Problem statement
Only one span of the listing below is wanted: the lines from the one with "f 431 242 432" through the one with "f 419 230 227", reproduced exactly, both ends kept.

Segment Start: Data for this task

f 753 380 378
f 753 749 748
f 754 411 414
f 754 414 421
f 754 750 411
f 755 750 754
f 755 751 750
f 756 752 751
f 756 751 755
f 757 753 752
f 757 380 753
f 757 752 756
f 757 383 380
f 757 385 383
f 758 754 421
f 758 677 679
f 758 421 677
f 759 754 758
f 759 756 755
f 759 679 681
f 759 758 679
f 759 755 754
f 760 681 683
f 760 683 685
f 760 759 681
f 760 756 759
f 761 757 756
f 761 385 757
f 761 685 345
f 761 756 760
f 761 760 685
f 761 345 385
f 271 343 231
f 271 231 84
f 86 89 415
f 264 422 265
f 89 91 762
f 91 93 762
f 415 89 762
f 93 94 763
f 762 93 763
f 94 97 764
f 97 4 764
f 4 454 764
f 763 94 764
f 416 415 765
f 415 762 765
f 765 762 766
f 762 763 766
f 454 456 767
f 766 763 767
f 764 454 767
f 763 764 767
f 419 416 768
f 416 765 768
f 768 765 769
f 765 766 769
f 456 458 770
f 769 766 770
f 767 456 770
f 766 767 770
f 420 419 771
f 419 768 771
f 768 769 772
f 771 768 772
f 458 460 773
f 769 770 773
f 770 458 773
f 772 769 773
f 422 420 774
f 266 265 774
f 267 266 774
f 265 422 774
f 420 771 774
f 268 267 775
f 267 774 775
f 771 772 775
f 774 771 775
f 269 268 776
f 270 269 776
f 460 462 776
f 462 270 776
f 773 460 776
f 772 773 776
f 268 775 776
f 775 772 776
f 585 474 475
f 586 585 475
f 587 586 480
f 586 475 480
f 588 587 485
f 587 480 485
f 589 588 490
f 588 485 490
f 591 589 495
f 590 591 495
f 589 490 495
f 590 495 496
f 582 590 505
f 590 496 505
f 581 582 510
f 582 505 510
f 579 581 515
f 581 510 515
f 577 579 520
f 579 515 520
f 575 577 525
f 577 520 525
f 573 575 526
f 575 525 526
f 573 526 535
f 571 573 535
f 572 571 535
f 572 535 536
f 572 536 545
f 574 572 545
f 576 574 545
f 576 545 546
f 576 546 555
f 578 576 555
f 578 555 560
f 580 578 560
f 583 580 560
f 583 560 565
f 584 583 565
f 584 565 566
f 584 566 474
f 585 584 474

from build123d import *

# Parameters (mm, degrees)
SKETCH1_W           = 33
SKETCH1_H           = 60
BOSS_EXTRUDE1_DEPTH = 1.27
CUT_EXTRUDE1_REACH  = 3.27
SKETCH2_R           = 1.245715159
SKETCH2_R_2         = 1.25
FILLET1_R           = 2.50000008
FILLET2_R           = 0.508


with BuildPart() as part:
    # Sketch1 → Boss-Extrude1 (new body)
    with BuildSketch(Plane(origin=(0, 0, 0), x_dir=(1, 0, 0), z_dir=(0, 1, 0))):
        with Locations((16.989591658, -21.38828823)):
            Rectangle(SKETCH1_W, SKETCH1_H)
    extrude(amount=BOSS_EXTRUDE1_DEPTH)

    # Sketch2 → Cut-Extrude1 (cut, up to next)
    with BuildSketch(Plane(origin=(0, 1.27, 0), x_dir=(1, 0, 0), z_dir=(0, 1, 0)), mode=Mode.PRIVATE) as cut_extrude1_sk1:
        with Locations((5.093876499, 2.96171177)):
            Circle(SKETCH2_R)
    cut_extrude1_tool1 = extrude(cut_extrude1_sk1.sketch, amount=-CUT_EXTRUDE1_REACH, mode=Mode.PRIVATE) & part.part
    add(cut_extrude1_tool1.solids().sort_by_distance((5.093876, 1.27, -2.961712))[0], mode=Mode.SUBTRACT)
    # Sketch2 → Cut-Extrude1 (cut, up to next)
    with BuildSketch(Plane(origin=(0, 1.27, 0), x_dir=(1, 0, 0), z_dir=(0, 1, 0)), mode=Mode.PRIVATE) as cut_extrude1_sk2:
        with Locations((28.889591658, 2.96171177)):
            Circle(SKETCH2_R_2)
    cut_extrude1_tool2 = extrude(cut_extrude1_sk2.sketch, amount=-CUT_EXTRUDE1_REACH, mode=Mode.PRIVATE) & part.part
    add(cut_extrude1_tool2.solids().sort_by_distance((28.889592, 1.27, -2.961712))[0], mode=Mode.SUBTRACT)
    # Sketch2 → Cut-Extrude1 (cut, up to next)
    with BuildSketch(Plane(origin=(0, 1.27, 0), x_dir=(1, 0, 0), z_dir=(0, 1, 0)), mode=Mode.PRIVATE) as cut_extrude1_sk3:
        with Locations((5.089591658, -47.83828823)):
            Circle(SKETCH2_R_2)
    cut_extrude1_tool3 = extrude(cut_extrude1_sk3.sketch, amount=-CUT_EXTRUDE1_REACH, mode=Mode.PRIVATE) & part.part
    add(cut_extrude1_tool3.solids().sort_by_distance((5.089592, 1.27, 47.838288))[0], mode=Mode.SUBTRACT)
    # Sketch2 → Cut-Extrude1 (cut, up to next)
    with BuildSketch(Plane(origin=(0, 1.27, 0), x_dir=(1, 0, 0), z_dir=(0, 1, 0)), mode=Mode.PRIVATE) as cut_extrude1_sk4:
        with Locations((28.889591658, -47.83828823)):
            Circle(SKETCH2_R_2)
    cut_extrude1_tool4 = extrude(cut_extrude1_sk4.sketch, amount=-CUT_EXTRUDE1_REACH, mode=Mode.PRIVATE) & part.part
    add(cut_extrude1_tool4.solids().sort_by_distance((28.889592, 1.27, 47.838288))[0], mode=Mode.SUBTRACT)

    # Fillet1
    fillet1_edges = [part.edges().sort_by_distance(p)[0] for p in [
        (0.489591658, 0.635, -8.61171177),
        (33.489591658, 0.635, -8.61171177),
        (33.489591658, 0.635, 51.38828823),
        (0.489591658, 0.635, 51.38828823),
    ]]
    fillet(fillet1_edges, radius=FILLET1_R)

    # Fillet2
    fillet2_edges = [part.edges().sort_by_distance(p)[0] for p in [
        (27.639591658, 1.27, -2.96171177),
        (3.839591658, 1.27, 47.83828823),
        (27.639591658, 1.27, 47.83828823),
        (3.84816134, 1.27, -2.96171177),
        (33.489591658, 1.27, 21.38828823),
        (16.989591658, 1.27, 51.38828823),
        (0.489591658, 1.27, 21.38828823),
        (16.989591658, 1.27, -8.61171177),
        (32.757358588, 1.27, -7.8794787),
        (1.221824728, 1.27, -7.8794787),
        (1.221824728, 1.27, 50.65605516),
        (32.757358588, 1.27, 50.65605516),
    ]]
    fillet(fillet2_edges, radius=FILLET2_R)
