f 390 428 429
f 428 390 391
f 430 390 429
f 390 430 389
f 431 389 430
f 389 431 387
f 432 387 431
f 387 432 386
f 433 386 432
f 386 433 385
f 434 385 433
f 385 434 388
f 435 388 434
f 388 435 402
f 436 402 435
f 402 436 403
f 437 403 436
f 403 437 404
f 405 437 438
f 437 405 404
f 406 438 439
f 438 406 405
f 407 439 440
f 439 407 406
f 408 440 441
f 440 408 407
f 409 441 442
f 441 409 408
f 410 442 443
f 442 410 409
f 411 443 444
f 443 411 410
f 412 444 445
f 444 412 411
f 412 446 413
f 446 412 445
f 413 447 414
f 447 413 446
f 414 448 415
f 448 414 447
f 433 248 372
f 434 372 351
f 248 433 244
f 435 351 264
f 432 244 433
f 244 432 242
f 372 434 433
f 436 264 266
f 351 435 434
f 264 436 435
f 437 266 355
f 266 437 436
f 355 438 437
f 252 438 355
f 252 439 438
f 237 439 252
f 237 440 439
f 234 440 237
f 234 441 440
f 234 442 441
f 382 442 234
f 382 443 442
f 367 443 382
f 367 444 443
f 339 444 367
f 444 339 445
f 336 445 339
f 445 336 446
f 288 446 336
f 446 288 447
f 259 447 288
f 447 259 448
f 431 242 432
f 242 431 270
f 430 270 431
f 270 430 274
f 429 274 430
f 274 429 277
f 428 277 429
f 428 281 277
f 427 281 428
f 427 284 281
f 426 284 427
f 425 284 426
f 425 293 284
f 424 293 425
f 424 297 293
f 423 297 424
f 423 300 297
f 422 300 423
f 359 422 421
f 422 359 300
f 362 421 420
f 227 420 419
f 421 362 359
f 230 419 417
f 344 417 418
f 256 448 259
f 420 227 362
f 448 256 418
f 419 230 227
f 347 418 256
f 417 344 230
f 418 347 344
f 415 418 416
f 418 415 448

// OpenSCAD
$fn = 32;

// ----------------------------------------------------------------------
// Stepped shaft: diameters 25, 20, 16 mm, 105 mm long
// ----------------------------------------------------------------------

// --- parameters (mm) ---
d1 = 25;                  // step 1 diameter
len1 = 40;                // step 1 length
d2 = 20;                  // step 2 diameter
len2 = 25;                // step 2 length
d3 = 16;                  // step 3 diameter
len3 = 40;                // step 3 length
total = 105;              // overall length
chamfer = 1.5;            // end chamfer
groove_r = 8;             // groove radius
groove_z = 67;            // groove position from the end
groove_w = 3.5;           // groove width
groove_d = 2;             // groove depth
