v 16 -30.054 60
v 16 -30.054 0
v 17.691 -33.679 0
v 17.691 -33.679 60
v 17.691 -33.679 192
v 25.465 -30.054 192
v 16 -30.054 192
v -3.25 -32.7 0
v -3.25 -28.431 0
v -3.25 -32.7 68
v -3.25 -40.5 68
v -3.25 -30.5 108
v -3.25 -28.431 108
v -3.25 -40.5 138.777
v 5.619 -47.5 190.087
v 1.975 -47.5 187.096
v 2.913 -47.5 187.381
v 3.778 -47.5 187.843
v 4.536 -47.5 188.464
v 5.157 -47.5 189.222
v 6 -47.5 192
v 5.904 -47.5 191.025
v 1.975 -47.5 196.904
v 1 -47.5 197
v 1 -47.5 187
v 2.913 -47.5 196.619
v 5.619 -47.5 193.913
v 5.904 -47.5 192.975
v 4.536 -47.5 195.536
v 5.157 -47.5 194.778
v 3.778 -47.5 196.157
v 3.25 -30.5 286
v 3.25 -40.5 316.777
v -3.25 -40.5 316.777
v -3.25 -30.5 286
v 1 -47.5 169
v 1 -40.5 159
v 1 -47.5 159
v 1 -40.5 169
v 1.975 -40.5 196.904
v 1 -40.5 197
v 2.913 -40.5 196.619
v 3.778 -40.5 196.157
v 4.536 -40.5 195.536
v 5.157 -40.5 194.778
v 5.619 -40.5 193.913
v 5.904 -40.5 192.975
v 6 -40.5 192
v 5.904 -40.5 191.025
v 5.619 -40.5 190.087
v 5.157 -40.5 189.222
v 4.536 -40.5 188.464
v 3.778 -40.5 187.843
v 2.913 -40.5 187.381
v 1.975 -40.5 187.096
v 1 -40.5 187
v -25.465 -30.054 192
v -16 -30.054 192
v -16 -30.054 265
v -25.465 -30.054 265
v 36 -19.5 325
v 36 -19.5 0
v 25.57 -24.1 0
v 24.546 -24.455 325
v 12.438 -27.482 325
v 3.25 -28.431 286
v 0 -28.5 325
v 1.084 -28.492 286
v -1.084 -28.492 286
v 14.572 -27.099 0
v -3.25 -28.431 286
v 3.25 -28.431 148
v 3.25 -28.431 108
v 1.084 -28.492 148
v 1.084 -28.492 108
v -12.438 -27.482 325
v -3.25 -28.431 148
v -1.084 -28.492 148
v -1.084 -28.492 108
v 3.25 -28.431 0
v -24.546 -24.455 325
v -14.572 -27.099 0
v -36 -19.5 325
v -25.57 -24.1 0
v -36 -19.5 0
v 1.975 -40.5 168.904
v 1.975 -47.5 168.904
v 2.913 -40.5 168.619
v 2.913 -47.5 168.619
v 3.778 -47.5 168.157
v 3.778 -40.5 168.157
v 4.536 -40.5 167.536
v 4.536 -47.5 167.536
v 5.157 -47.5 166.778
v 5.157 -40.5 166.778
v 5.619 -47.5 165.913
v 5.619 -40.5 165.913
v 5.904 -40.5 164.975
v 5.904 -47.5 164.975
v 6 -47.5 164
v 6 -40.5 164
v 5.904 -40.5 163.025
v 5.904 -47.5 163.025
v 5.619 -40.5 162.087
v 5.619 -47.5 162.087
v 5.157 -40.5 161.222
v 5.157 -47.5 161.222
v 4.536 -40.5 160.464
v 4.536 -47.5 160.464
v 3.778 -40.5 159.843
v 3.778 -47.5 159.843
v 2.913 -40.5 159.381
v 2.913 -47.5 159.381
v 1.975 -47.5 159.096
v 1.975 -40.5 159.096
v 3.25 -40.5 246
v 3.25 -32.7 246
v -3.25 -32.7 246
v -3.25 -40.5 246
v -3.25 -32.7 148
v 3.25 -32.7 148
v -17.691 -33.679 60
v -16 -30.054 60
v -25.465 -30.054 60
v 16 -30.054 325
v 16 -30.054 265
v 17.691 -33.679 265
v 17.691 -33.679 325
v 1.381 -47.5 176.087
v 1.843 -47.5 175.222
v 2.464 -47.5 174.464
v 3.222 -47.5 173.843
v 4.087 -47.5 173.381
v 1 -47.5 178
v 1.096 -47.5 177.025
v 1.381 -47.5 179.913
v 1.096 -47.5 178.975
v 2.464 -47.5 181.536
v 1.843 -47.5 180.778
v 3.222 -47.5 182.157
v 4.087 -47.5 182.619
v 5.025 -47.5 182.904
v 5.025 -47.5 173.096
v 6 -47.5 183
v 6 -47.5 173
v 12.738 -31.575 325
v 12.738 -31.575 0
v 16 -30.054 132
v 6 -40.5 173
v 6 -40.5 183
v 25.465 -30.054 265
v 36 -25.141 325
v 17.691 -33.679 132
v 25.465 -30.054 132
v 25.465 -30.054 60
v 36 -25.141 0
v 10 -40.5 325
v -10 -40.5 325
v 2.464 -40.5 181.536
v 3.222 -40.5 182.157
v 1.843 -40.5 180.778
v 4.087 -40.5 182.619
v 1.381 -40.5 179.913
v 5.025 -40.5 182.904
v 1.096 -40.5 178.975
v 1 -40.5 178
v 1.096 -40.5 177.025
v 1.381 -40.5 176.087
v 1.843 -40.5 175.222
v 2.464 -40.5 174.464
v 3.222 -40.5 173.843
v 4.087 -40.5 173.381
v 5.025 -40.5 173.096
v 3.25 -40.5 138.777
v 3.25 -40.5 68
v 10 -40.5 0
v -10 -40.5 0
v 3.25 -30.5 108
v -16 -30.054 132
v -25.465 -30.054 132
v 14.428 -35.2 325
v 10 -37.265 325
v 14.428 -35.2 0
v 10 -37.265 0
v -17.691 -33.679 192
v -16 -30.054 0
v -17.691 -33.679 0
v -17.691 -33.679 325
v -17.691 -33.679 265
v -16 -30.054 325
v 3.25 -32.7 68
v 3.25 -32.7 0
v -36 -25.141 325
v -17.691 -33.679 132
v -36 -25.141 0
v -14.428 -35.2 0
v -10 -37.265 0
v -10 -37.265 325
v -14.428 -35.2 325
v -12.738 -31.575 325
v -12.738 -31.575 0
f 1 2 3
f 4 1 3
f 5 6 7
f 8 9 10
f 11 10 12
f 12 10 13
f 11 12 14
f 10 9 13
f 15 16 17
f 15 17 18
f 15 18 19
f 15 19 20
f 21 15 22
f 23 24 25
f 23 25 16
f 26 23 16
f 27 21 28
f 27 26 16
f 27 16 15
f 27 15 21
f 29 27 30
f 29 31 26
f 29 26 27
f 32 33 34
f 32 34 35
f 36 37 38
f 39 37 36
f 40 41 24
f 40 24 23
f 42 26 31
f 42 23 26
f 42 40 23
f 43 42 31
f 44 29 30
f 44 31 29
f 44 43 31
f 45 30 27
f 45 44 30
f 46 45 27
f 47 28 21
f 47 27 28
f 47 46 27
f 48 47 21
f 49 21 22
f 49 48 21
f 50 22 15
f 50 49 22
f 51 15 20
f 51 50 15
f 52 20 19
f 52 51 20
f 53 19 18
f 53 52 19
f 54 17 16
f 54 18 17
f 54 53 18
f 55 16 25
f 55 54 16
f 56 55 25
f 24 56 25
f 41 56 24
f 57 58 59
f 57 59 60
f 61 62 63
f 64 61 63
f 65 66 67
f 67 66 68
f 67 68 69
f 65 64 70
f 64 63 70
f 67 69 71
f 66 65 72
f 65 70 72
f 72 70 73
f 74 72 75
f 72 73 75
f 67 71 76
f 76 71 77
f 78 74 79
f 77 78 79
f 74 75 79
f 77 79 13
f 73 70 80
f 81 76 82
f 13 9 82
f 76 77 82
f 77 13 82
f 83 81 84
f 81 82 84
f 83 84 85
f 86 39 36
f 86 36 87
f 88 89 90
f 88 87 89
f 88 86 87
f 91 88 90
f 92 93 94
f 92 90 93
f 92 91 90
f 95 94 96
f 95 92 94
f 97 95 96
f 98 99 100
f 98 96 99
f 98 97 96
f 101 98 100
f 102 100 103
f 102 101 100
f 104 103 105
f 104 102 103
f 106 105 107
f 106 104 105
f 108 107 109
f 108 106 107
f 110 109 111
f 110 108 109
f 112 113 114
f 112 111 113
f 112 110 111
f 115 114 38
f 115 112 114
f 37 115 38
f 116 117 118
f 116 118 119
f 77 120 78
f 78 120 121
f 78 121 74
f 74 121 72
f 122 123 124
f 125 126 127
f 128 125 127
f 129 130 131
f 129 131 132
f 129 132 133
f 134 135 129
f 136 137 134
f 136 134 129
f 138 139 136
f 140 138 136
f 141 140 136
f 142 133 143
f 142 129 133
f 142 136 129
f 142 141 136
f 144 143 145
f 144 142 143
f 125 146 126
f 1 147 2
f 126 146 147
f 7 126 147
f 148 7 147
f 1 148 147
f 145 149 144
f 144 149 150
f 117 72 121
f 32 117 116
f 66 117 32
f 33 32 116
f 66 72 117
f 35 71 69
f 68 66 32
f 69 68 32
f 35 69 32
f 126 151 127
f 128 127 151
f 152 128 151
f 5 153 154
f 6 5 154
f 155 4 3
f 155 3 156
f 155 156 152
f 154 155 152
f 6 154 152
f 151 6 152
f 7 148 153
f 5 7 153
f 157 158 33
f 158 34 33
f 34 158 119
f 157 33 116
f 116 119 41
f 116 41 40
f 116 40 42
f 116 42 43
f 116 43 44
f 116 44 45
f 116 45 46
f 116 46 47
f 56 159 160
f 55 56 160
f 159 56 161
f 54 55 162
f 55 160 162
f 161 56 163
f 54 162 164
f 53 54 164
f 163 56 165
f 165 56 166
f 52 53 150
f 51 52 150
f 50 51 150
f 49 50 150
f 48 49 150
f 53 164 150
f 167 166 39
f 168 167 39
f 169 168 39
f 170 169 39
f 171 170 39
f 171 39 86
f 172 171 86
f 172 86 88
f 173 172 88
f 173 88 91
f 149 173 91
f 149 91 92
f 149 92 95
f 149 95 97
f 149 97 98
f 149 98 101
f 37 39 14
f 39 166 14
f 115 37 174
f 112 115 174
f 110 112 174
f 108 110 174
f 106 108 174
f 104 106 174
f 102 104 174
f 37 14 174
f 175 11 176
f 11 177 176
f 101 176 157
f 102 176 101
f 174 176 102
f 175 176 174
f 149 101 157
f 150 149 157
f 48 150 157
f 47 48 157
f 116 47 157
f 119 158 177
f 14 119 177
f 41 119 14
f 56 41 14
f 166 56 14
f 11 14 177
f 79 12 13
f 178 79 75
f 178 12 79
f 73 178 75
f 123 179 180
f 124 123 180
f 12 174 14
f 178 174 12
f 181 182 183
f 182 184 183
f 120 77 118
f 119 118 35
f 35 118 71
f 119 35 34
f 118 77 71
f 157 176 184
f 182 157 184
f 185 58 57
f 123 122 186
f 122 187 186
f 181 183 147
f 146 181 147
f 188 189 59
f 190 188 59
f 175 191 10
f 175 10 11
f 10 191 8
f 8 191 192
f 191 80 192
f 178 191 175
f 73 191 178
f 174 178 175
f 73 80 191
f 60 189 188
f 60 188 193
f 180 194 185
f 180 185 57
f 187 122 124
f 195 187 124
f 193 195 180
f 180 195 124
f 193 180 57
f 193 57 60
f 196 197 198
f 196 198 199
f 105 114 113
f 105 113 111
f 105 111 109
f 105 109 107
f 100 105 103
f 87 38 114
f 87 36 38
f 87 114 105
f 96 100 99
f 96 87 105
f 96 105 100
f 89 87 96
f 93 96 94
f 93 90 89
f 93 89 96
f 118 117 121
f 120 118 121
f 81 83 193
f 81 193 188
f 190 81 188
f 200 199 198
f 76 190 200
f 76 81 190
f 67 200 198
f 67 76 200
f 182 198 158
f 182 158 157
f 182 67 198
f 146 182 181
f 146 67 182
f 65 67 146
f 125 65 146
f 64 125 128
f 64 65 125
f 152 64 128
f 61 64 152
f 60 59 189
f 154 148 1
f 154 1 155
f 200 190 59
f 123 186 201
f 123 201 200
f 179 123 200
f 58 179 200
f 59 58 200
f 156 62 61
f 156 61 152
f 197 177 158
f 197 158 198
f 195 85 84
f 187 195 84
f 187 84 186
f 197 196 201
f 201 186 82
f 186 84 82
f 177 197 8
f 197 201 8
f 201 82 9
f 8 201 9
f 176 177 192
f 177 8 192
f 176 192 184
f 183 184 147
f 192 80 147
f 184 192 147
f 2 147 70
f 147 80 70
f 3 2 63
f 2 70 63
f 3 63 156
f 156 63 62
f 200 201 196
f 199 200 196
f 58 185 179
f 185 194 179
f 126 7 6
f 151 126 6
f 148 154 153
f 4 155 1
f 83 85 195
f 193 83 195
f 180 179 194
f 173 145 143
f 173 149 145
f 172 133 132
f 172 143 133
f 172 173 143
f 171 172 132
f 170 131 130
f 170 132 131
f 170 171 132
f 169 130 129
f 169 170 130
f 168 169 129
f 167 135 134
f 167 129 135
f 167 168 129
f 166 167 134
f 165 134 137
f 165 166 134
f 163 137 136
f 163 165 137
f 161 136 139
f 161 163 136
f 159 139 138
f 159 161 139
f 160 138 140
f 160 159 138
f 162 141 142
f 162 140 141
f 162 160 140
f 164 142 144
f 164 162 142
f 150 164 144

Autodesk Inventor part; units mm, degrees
sketch "Sketch1" plane through (0, 0, 0) normal (0, 0, 1) x (1, 0, 0)
  line L0 (0, 0) -> (-20.6965, 9.6509) construction
  line L1 (0, 0) -> (0, -60.6509) construction
  line L2 (0, 0) -> (-23.2307, -49.8183) construction
  line L3 (0, 0) -> (21.0241, 9.8037) construction
  line L4 (0, 0) -> (21.5225, -46.1553) construction
  line L5 (0, 0) -> (0, 48) construction
  arc A0 (-36, -19.5) -> (36, -19.5) centre (0, 48) ccw
  line L6 (-36, -19.5) -> (-36, -25.1413)
  line L7 (36, -19.5) -> (36, -25.1413)
  line L8 (-10, -40.5) -> (10, -40.5)
  line L9 (-10, -40.5) -> (-10, -37.2653)
  line L10 (10, -40.5) -> (10, -37.2653)
  line L11 (-17.6908, -33.679) -> (-16.0004, -30.0538)
  line L12 (-16.0004, -30.0538) -> (-12.7377, -31.5752)
  line L13 (-12.7377, -31.5752) -> (-14.4281, -35.2004)
  line L14 (14.4281, -35.2004) -> (12.7377, -31.5752)
  line L15 (12.7377, -31.5752) -> (16.0004, -30.0538)
  line L16 (16.0004, -30.0538) -> (17.6908, -33.679)
  line L17 (10, -37.2653) -> (14.4281, -35.2004)
  line L18 (17.6908, -33.679) -> (36, -25.1413)
  line L19 (-10, -37.2653) -> (-14.4281, -35.2004)
  line L20 (-17.6908, -33.679) -> (-36, -25.1413)
  dimension "d0" = 25
  dimension "d1" = 90
  dimension "d2" = 90
  dimension "d3" = 25
  dimension "d4" = 48
  dimension "d5" = 153
  dimension "d11" = 72
  dimension "d12" = 36
  dimension "d13" = 20
  dimension "d14" = 10
  dimension "d17" = 88.5
  dimension "d18" = 3.6
  dimension "d19" = 1.8
  dimension "d20" = 4
  dimension "d21" = 1.8
  dimension "d22" = 1.8
  dimension "d23" = 4
extrude "Extrusion1" add sketch "Sketch1" along normal blind 325
ref_plane "Work Plane1" through (0, 0, 60) normal (0, 0, -1) x (-1, 0, 0)
sketch "Sketch2" plane through (0, 0, 60) normal (0, 0, -1) x (-1, 0, 0)
  line L0 (14.4281, -35.2004) -> (12.7377, -31.5752)
  line L1 (12.7377, -31.5752) -> (16.0004, -30.0538)
  line L2 (14.4281, -35.2004) -> (10, -37.2653) projected
  line L3 (16.0004, -30.0538) -> (25.4652, -30.0538)
  line L4 (25.4652, -30.0538) -> (14.4281, -35.2004)
  line L5 (12.7377, -31.5752) -> (14.4281, -35.2004) projected
  line L6 (16.0004, -30.0538) -> (12.7377, -31.5752) projected
  line L7 (36, -25.1413) -> (17.6908, -33.679) projected
  line L8 (10, -40.5) -> (-10, -40.5) projected
  line L9 (-14.4281, -35.2004) -> (-12.7377, -31.5752)
  line L10 (-12.7377, -31.5752) -> (-16.0004, -30.0538)
  line L11 (-16.0004, -30.0538) -> (-25.4652, -30.0538)
  line L12 (-25.4652, -30.0538) -> (-14.4281, -35.2004)
  line L13 (-14.4281, -35.2004) -> (-12.7377, -31.5752) projected
  line L14 (-12.7377, -31.5752) -> (-16.0004, -30.0538) projected
  line L15 (-10, -37.2653) -> (-14.4281, -35.2004) projected
  line L16 (-17.6908, -33.679) -> (-36, -25.1413) projected
  point P0 (0, 0)
extrude "Extrusion2" cut sketch "Sketch2" against normal blind 72
ref_plane "Work Plane2" through (0, 0, 192) normal (0, 0, -1) x (-1, 0, 0)
sketch "Sketch3" plane through (0, 0, 192) normal (0, 0, -1) x (-1, 0, 0)
  line L0 (14.4281, -35.2004) -> (12.7377, -31.5752)
  line L1 (12.7377, -31.5752) -> (14.4281, -35.2004) projected
  line L2 (12.7377, -31.5752) -> (16.0004, -30.0538)
  line L3 (16.0004, -30.0538) -> (25.4652, -30.0538)
  line L4 (25.4652, -30.0538) -> (14.4281, -35.2004)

Segment End: Data for this task

Exercise output
f 431 242 432
f 242 431 270
f 430 270 431
f 270 430 274
f 429 274 430
f 274 429 277
f 428 277 429
f 428 281 277
f 427 281 428
f 427 284 281
f 426 284 427
f 425 284 426
f 425 293 284
f 424 293 425
f 424 297 293
f 423 297 424
f 423 300 297
f 422 300 423
f 359 422 421
f 422 359 300
f 362 421 420
f 227 420 419
f 421 362 359
f 230 419 417
f 344 417 418
f 256 448 259
f 420 227 362
f 448 256 418
f 419 230 227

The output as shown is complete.